R v Smith
[2007] NZCA 400
•10 September 2007
IN THE COURT OF APPEAL OF NEW ZEALAND
CA267/07
CA343/07
[2007] NZCA 400THE QUEEN
v
KIM BRUCE SMITH
Hearing:29 August 2007
Court:Robertson, Baragwanath and Heath JJ
Counsel:M S Gibson for Appellant
D R La Hood for Crown
Judgment:10 September 2007 at 10 am
JUDGMENT OF THE COURT
THE APPEALS AGAINST CONVICTION AND SENTENCE ARE DISMISSED.
____________________________________________________________________
REASONS OF THE COURT
(Given by Robertson J)
Introduction
[1] Kim Bruce Smith filed an appeal against the effective sentence of three years’ imprisonment imposed upon him after he pleaded guilty to one charge of being unlawfully in possession of a pistol and one charge of being unlawfully in possession of explosives. He had also been found guilty of demanding with menaces a boat and stealing the boat. This term was cumulative upon an effective term of eight years’ imprisonment which had been imposed on him previously. That other term was reduced to an effective term of 7 years’ imprisonment by this Court in R v Smith [2007] NZCA 219.
[2] The submissions filed by Mr Gibson also raised issues about the conviction. The Crown raised no opposition to that and we granted leave to bring this aspect out of time. We deal with the appeal accordingly.

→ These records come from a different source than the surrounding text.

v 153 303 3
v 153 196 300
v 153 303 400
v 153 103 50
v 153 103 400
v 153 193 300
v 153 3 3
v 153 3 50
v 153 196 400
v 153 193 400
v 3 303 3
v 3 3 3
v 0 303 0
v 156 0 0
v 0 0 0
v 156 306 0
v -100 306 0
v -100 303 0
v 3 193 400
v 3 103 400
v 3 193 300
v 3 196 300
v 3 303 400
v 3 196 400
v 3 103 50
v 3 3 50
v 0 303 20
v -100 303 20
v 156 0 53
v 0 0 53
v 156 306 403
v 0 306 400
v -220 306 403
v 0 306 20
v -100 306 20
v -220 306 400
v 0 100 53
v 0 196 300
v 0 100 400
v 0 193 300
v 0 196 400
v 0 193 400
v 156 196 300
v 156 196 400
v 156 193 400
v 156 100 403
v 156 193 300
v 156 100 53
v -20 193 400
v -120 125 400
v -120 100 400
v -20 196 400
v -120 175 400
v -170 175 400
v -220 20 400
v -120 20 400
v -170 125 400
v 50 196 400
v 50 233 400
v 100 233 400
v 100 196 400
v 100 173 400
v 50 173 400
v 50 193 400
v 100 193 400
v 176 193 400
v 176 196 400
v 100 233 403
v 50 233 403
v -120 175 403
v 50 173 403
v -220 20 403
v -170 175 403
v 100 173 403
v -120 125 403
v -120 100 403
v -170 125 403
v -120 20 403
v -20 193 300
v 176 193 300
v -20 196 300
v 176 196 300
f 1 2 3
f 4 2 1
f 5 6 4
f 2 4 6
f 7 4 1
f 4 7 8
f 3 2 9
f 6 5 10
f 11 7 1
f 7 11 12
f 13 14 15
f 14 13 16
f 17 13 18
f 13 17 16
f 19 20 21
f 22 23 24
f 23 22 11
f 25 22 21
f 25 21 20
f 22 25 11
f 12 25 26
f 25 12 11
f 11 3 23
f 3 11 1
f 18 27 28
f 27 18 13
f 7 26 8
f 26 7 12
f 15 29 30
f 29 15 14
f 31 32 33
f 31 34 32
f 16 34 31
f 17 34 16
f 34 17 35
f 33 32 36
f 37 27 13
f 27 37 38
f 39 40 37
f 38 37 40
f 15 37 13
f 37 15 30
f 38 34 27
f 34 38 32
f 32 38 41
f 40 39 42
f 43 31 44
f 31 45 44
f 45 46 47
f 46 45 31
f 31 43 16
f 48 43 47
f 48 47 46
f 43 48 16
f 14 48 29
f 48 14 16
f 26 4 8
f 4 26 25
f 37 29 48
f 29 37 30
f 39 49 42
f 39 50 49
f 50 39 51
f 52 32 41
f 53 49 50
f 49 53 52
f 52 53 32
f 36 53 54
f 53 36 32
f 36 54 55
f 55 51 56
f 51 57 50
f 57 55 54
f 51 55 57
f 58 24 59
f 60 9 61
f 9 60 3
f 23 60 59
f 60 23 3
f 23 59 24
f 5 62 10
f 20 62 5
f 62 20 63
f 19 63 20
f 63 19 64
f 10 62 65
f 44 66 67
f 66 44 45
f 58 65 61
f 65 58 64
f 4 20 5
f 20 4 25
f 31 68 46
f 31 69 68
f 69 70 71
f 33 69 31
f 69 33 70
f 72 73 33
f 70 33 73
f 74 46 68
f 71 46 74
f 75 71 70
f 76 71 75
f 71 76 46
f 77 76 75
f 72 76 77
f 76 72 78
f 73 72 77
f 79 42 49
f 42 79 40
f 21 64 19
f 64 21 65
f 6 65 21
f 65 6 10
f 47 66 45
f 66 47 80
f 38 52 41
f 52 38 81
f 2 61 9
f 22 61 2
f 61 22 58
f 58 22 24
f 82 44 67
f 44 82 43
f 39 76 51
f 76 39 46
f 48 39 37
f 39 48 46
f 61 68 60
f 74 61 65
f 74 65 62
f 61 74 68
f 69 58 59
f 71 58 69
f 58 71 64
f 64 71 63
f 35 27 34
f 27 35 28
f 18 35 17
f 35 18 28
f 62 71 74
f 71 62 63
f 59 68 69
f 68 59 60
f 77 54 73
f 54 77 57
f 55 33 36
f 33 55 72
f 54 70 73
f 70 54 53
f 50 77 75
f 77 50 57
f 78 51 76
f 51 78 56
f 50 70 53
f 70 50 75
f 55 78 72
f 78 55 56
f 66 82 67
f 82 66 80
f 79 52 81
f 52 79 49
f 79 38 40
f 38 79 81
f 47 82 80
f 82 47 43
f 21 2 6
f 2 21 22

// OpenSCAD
// file: part08.scad
module part08(){
    translate([-20,193,350])color("green")cube([196,3,50]);
    translate([-20,193,300])color("green")cube([20,3,50]);
    translate([156,193,300])color("green")cube([20,3,50]);
    translate([3,193,300])color("green")cube([150,3,50]);

}


//use <part01.scad>;
//use <part02.scad>;
//use <part03.scad>;
//use <part04.scad>;
//use <part05.scad>;
//use <part06.scad>;
//use <part07.scad>;
//
//part01();
//part02();
//part03();
//// zweites Seitenteil
//translate([15.3,0,0]) part03();
//part04();
//part05();
//part06();
//part07();
part08();
//
//projection (cut=false)
//translate([0,0,0])rotate([-90,0,0]) part08();
// file: part07.scad
module part07(){
    
    // stripe right
    translate([100,100,400]) color("green") cube([53,206,3]);
    
    //hole in the middle 
    translate([50,103,400]) color("green") cube([50,70,3]);
    translate([50,233,400]) color("green") cube([50,70,3]);
    
    // column left stripe
    translate([3,100,400]) color("green") cube([47,206,3]);
    
    
    // connectors
    
    // mitte hinten
    translate([0,263,400]) color("green") cube([3,43,3]);
    // mitte mitte
    translate([0,163,400]) color("green") cube([3,70,3]);
    translate([0,100,400]) color("green") cube([3,33,3]);
    
    // rechts vorne
    translate([153,100,400]) color("green") cube([3,33,3]);
    
    // rechts mitte
    translate([153,163,400]) color("green") cube([3,70,3]);
    
    // rechts hinten
    translate([153,263,400]) color("green") cube([3,43,3]);
    
    
    // arm right stripe
    translate([-50,100,400]) color("green") cube([50,206,3]);
    
    translate([-220,125,400]) color("green") cube([50,50,3]);
    translate([-120,100,400]) color("green") cube([70,206,3]);
    
    // ueberhang vorne
    translate([-220,20,400]) color("green") cube([100,105,3]);
    // hinten links
    translate([-220,175,400]) color("green") cube([100,131,3]);
}

//use <part01.scad>;
//use <part02.scad>;
//use <part03.scad>;
//use <part04.scad>;
//use <part05.scad>;
//use <part06.scad>;
//part01();
//part02();
//part03();
//// zweites Seitenteil
//translate([15.3,0,0]) part03();
//part04();
//part05();
//part06();
part07();
// file: part06.scad
module part06(){
translate([3,303,3]) color("pink") cube([150,3,397]);
translate([0,303,0]) color("pink") cube([23,3,60]);
translate([133,303,0]) color("pink") cube([23,3,60]);
translate([53,303,0]) color("pink") cube([50,3,3]);
    translate([0,303,120]) color("pink") cube([3,3,120]);
    translate([153,303,120]) color("pink") cube([3,3,120]);
    translate([0,303,300]) color("pink") cube([3,3,100]);
    
    // connector top
    translate([50,303,400]) color("pink") cube([50,3,3]);
    // corresponding element on part05
    //translate([5,10,40]) color("pink") cube([5,0.3,0.3]);
    
    
    // stabilisation
    translate([-100,303,0]) color("pink") cube([100,3,20]);
    
    // connectors right
    translate([153,303,300]) color("pink") cube([3,3,100]);
}

part06();
// file: part05.scad
module part05(){
    translate([3,100,53])color("grey") cube([150,3,347]);
    translate([0,100,53])color("grey") cube([3,3,67]);
    translate([153,100,53])color("gray") cube([3,3,67]);
    translate([0,100,180])color("grey") cube([3,3,80]);
    translate([153,100,180])color("grey") cube([3,3,80]);
    
    // connector top
    translate([50,100,400]) color("grey") cube([50,3,3]);
    // corresponding element on part06
    //translate([5,30.3,40]) color("red") cube([5,0.3,0.3]);
    
    // connectors left
    translate([0,100,320])color("grey") cube([3,3,80]);
    
    // connectors right
    translate([153,100,320])color("grey") cube([3,3,80]);
}

//use <part01.scad>;
//use <part02.scad>;
//use <part03.scad>;
//use <part04.scad>;

//part01();
//part02();
//part03();
//// zweites Seitenteil
//translate([15.3,0,0]) part03();
//part04();
part05();
// file: part04.scad
module part04 (){
    translate([3,3,50])color("blue") cube([150,100,3]);
    translate([0,0,50])color("blue") cube([23,13,3]);
    translate([133,0,50])color("blue") cube([23,13,3]);
    translate([53,0,50])color("blue") cube([50,3,3]);
    translate([0,33,50])color("blue") cube([3,27,3]);
    translate([153,33,50])color("blue") cube([3,27,3]);
    translate([0,80,50])color("blue") cube([3,23,3]);
    translate([153,80,50])color("blue") cube([3,23,3]);
}

//use <part01.scad>;
//use <part02.scad>;
//use <part03.scad>;
//
//part01();
//part02();
//part03();
//// zweites Seitenteil
//translate([15.3,0,0]) part03();

part04();
// file: part03a.scad
module part03a (){
    
    // base form
    translate([0,3,3] )color ("orange") cube([3,97,47]);
    
    // pin unten vorne
    translate([0,3,0]) color ("orange") cube([3,30,3]);
    
    // pin vorderseite
    translate([0,0,15]) color ("orange") cube([3,3,15]);
   
    
    // pin oben vorne
    translate([0,13,50]) color ("orange") cube([3,20,3]);
    
    //pin unten hinten
    translate([0,63,0] )color ("orange") cube([3,37,3]);
    
    
    // pin oben hinten
    translate([0,60,50])color ("orange") cube([3,20,3]);
    
    // connector part03 unten
    translate([0,100,0]) color ("orange") cube([3,3,20]);
    
    // connector part03 oben
    translate([0,100,40]) color ("orange") cube([3,3,10]);
}

part03a();
// file: part03.scad
module part03 (){
    // high part
    translate([0,103,0]) color ("red") cube([3,30,400]);
    translate([0,133,3]) color ("red") cube([3,30,400]);
    // middle part
    translate([0,163,0])color("red") cube([3,30,400]);
    //einkerbung
    translate([0,193,0])color("red") cube([3,3,350]);
    translate([0,196,0])color("red") cube([3,40,400]);
    translate([0,233,3])color("red") cube([3,30,400]);
    translate([0,263,0]) color("red") cube([3,40,400]);
    translate([0,303,60])color("red")cube([3,3,60]);
    translate([0,303,240])color("red")cube([3,3,60]);
    translate([0,100,120])color("red")cube([3,3,60]);
    translate([0,100,260])color("red")cube([3,3,60]);
    
    // pin part03a
    translate([0,100,20]) color ("blue") cube([3,3,20]);
}

// to long for printer
part03();
// file: part02.scad
module part02 (){
    //links
    color("green") cube([23,3,15]);
    translate([3,0,15])color("green")  cube([20,3,15]);
    translate([0,0,30]) color("green") cube([23,3,20]);
    // high links
    translate([23,0,3]) color("green") cube([30,3,50]);
    // mitte
    translate([53,0,0]) color("green") cube([50,3,50]);
    // high rechts
    translate([103,0,3])color("green")  cube([30,3,50]);
    // rechts
    translate([133,0,0])
    color("green") cube([23,3,15]);
    translate([133,0,15]) color("green") cube([20,3,15]);
    translate([133,0,30]) color("green") cube([23,3,20]);
}
part02();
// file: part01.scad
module part01 (){
//part 1
translate([3,3,0]) cube([150,300,3]);
// front handles
translate([23,0,0])cube([30,3,3]);
translate([103,0,0])cube([30,3,3]);
// back handles
translate([23,303,0])cube([30,3,3]);
translate([103,303,0])cube([30,3,3]);
// left handles
translate([0,33,0]) cube([3,30,3]);
translate([0,133,0]) cube([3,30,3]);
translate([0,233,0]) cube([3,30,3]);
// right handles
translate([153,33,0]) cube([3,30,3]);
translate([153,133,0]) cube([3,30,3]);
translate([153,233,0]) cube([3,30,3]);
};
part01();
// main file
use <part01.scad>;
use <part02.scad>;
use <part03.scad>;
use <part03a.scad>;
use <part04.scad>;
use <part05.scad>;
use <part06.scad>;
use <part07.scad>;
use <part08.scad>;

part01();
part02();
part03();
// zweites Seitenteil
translate([153,0,0]) part03();

part03a();
// zweites Seitenteil
translate([153,0,0]) part03a();
part04();
part05();
part06();
part07();
part08();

[3] The sole issue with regard to conviction is to challenge to the Judge’s ruling that circumstances surrounding the acquisition of the boat which was allegedly stolen by Mr Smith was a collateral issue and inadmissible. Mr Gibson accepted that, even if the evidence were admissible, he must still demonstrate a miscarriage of justice if the appeal were to be allowed.

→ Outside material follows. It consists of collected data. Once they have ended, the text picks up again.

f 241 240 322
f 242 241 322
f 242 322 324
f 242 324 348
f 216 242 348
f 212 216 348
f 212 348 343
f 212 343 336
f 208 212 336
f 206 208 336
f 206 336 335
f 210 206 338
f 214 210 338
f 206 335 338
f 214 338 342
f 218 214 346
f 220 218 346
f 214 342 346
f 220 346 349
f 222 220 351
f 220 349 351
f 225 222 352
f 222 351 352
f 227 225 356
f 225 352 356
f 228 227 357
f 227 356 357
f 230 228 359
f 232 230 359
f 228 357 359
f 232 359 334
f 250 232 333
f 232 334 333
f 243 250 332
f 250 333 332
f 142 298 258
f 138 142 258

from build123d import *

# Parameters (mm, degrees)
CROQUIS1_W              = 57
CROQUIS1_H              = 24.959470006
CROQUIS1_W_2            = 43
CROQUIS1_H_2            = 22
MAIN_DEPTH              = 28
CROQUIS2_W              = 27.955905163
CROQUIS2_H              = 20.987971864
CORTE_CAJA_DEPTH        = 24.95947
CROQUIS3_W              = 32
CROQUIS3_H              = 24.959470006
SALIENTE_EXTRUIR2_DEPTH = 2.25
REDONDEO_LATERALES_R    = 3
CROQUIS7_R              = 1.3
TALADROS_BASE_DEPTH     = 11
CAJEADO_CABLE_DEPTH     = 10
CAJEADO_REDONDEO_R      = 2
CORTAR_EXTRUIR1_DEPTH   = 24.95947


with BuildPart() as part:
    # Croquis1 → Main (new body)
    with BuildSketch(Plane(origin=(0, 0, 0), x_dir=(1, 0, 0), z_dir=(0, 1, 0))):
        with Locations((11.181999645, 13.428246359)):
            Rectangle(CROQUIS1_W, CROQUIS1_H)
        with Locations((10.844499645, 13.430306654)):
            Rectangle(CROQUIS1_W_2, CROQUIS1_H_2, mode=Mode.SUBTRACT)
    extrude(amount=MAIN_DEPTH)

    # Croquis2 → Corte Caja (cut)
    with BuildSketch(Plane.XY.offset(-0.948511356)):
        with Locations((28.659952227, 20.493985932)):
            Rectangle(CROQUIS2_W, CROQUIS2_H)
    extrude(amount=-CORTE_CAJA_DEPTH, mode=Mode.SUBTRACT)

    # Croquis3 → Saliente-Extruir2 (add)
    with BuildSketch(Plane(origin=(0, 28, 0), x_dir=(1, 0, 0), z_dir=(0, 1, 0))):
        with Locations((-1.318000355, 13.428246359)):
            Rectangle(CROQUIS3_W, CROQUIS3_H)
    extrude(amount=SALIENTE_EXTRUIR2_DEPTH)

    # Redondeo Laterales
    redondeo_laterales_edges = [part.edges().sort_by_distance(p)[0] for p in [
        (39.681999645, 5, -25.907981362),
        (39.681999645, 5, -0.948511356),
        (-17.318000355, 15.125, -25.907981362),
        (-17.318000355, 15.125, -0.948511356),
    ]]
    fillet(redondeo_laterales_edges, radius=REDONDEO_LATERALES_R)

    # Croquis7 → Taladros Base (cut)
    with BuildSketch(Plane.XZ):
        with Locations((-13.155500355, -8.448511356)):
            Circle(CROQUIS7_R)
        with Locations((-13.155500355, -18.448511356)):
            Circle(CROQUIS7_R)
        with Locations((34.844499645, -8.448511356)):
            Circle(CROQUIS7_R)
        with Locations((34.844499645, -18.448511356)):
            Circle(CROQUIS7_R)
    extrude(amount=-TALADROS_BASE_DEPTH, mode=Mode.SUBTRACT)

[4] As to sentence, the appeal is on the basis that the combined effective sentence of ten years’ imprisonment was manifestly excessive in the circumstances of the total offending and the Judge in this sentencing had misapplied some factual matters.
Factual circumstances
[5] Judge D G Harvey, who presided at the trial and imposed the three year sentence of imprisonment, described the background thus:
[3] Sometime in mid 2004 you went to Mr Gill’s property and despite the submission being made to me that there were no problems on that occasion, you did go to the property when you had been told not to. You made it clear that you wanted to talk to Mr Ostern and from Mr Gill’s point of view at least, that was a threatening conversation because you did mention, he said, that at the time of that visit you referred to being a Sergeant at Arms of the Outcast Motor Cycle Club. However, there was no incident and you left.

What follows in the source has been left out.